Our pack hadn’t had much in the way of serious discussions about our hypothetical future children, but no one was opposed to it.
If Clover had been a mother—and she at some point got over her reservations about who we were in relation to Meadow’s pack—then we’d have been an instant family.
It was a cozy thought, even if it didn’t match up with reality.
“Do I get the gossip?” Arlo asked with a grin. “Because I’m more than happy to wait on album stuff if you want to give me details. She’s been hiding out in the guesthouse a lot more, which, while peaceful, is getting boring.”
Hiding out? “Is she okay?”
“That’s a good question.” He pulled out his phone, balancing Forest in one arm and tapping away with the other.
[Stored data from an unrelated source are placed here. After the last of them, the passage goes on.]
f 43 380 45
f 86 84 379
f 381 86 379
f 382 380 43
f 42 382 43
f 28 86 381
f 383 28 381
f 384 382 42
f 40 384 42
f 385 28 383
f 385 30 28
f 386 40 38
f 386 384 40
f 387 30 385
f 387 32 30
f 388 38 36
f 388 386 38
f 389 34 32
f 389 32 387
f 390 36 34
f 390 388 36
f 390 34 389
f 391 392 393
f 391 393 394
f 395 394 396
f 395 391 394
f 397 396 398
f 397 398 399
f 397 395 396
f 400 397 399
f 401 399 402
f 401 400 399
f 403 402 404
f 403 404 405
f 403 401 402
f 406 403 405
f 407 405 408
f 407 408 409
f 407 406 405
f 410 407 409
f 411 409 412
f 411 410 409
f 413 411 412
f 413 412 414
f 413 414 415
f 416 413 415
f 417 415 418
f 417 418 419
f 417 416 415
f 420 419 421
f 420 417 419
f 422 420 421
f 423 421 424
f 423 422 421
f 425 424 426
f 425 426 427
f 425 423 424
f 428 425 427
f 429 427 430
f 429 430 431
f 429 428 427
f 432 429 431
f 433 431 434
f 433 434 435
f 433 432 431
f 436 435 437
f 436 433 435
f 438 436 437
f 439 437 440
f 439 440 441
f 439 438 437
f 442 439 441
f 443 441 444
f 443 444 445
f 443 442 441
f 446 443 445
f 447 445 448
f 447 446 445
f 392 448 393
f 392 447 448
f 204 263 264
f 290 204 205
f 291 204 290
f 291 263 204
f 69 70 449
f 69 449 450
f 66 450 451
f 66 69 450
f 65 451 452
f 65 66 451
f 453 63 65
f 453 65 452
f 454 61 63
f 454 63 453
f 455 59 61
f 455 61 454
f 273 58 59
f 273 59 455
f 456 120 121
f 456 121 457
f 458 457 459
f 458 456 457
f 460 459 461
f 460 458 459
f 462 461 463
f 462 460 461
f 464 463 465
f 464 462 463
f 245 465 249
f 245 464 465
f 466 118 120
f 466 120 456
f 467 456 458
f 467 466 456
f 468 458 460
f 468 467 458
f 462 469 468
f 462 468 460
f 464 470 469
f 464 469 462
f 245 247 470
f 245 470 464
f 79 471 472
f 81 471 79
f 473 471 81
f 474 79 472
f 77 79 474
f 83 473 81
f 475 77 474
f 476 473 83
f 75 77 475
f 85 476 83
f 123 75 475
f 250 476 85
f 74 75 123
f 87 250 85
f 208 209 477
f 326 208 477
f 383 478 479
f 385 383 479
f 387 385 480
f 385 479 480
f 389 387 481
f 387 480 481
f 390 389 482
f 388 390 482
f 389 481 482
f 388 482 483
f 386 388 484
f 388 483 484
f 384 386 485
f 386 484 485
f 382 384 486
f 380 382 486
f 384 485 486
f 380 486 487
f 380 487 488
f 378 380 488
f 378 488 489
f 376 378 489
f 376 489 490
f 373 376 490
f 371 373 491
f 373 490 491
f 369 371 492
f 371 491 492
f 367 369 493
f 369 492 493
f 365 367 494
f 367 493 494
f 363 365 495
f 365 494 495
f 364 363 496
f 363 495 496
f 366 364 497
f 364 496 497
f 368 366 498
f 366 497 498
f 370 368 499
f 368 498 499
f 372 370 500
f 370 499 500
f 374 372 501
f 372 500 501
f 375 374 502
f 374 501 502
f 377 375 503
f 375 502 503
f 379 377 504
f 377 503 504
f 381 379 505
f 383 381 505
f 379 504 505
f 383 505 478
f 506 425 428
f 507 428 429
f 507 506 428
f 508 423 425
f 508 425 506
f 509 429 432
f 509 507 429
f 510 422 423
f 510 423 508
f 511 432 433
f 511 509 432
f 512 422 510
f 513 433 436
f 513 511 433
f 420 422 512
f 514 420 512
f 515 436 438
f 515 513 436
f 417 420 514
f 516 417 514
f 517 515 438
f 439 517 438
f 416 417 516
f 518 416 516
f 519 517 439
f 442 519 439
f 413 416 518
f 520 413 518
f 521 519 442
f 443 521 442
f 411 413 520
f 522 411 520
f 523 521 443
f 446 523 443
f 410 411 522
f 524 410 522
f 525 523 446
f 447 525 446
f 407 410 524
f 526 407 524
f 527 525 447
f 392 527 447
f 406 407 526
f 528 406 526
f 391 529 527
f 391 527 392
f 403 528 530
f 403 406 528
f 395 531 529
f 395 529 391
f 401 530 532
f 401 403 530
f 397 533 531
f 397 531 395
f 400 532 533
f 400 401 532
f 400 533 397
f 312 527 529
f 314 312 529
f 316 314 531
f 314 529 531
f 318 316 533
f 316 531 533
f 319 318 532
After a few seconds, his phone buzzed with a response. “She says she’s alive, just tired. Probably out with someone else I don’t know about.”
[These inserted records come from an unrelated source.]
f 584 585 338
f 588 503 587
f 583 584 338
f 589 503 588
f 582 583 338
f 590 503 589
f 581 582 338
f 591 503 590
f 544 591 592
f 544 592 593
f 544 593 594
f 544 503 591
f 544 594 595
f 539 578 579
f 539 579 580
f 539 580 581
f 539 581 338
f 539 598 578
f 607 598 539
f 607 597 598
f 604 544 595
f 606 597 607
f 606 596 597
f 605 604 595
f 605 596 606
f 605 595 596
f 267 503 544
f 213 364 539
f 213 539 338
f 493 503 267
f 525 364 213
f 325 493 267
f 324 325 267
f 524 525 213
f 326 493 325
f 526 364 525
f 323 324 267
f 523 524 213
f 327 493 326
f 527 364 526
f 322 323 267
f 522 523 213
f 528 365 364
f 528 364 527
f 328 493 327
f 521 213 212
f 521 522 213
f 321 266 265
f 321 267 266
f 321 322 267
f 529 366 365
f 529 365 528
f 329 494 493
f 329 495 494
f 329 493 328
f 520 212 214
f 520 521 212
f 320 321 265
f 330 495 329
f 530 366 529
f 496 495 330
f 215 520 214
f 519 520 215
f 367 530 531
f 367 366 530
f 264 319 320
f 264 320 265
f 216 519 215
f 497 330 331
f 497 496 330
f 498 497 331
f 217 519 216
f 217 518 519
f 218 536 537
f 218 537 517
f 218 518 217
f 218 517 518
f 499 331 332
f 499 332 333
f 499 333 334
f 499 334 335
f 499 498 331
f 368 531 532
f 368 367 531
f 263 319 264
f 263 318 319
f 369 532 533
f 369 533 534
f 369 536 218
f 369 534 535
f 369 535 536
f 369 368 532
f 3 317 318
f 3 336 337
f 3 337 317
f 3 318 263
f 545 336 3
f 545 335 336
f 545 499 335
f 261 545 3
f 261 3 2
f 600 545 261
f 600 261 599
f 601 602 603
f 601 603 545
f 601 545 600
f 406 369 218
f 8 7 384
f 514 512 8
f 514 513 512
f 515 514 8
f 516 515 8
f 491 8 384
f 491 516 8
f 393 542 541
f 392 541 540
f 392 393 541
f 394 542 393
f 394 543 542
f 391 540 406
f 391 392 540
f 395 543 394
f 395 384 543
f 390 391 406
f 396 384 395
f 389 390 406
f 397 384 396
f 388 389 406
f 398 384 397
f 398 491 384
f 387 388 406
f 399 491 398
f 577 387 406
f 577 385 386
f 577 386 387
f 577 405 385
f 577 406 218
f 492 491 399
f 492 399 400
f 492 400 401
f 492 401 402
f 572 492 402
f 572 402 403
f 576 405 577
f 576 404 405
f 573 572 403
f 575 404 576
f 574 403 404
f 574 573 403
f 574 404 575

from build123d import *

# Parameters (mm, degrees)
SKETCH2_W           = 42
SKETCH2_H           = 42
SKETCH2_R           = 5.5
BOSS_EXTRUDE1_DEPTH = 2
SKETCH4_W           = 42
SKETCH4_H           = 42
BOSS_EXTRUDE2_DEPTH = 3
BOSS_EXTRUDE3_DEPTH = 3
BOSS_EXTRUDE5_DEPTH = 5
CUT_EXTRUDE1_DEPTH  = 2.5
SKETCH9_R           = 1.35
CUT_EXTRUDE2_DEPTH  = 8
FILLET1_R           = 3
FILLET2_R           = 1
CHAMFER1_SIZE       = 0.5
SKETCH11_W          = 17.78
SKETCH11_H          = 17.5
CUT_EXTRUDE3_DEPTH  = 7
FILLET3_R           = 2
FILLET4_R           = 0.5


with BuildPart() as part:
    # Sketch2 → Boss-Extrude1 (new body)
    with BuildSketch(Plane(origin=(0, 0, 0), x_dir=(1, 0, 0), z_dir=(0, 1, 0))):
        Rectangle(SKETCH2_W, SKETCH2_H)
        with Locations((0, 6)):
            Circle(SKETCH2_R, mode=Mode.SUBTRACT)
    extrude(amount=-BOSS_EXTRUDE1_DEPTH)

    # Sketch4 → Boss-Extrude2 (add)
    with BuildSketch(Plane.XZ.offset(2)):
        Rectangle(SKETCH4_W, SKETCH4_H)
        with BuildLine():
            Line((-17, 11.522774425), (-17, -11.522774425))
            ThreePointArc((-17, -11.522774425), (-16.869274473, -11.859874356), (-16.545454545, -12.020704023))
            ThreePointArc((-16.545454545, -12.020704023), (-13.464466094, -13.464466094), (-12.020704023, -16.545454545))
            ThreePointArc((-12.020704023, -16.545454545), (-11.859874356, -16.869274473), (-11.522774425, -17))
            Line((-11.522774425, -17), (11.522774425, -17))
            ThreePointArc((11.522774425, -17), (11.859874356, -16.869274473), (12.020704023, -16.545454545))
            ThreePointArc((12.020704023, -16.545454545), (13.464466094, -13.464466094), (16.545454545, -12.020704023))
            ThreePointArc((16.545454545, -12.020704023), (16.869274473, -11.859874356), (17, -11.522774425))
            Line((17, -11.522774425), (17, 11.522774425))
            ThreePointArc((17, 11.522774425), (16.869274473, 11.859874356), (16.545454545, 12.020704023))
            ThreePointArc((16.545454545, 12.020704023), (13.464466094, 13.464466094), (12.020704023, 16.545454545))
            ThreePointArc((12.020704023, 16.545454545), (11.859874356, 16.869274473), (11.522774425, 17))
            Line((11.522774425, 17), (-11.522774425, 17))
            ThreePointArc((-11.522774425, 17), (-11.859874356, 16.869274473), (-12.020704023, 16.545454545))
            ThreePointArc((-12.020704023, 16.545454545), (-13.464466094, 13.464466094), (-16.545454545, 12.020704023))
Tension shot through me, my spine stiffening.
Arlo eyed me shrewdly. “Don’t like that idea?”
I might as well be honest. If Arlo was going to keep Clover’s secret, it probably didn’t hurt to keep him in the loop.
“Not particularly, no.”
“Because he slept with her,” Arlo asked, gesturing to Logan, “or because you want to?”
Arlo put on a good front, so people underestimated him, but he was painfully good at reading people.
I wasn’t going to spill my guts and tell him that Clover had been branded into every cell in my body since I’d fucked her on my desk at the party.
I certainly wasn’t going to tell him I had thought about her every single day, had woken up spilling on my sheets with her image in my mind, or that I had fucked my fist a hundred times while trying to conjure every detail of her I could remember.
“Both.”
“And why aren’t you guys pursuing her if you want her?”
“She’s made it pretty clear she has no interest in being pursued for anything long-term,” Logan grumbled.
“I had no idea you were that bad in the sack,” Arlo said with a laugh.
Logan choked. “What the fuck, Arlo? I’m not—”
“Just teasing.” Arlo looked so damn pleased with himself. “From what I’ve overheard, she’s weird about dating because she hasn’t decided if she’s staying or not.”
Panic shot through my body. “Not staying? Where would she be going?”
“She’s been accepted to half a dozen law schools all around the country.
I can see how it would be hard to turn down Harvard or Yale.
We’re pretty sure we can convince her that UCLA is the best choice, but she wants to keep her options open.
She can go wherever she wants, obviously, but Meadow would miss her, and while she might be a pain in my ass right now, I know I would miss her too. ”
Law school was intense. Getting accepted was a huge accomplishment, let alone to multiple schools of that caliber.
That meant she was wicked smart and had a work ethic that would make most people cower.
Someone like her could put Parker in his place when he needed it, and I didn’t give a shit how often he said he wanted a docile sweetheart, he’d be tired of that inside a month.
Clover was an omega who needed a safe space more so than one who provided one to others.
I could be wrong about that, but everything I had learned about her told me it was true.
How was I supposed to stomach the idea of her moving away? Who would ever compare?
“All those schools were okay with her not starting right away?”
“Sure seems like it,” Arlo said with a shrug. “I haven’t really asked about the details, but I can only assume they understand that someone like Clover doesn’t come around too often.”
I never thought I would have so much in common with an educational institution, but I was already coming to that same understanding.
We all wanted Clover. The problem was that she didn’t seem to want us, beyond what we had already given her.
We wouldn’t have long to convince her we were worth it, and this new information from Arlo lit a fire under my ass.
It was already spring, and come autumn, Clover could be out of reach. I caught Logan’s eye and his subtle nod. A silent agreement, then.
We couldn’t let her leave without showing her what a life with us could be like. The ball might be in her court, but the game was fucking on.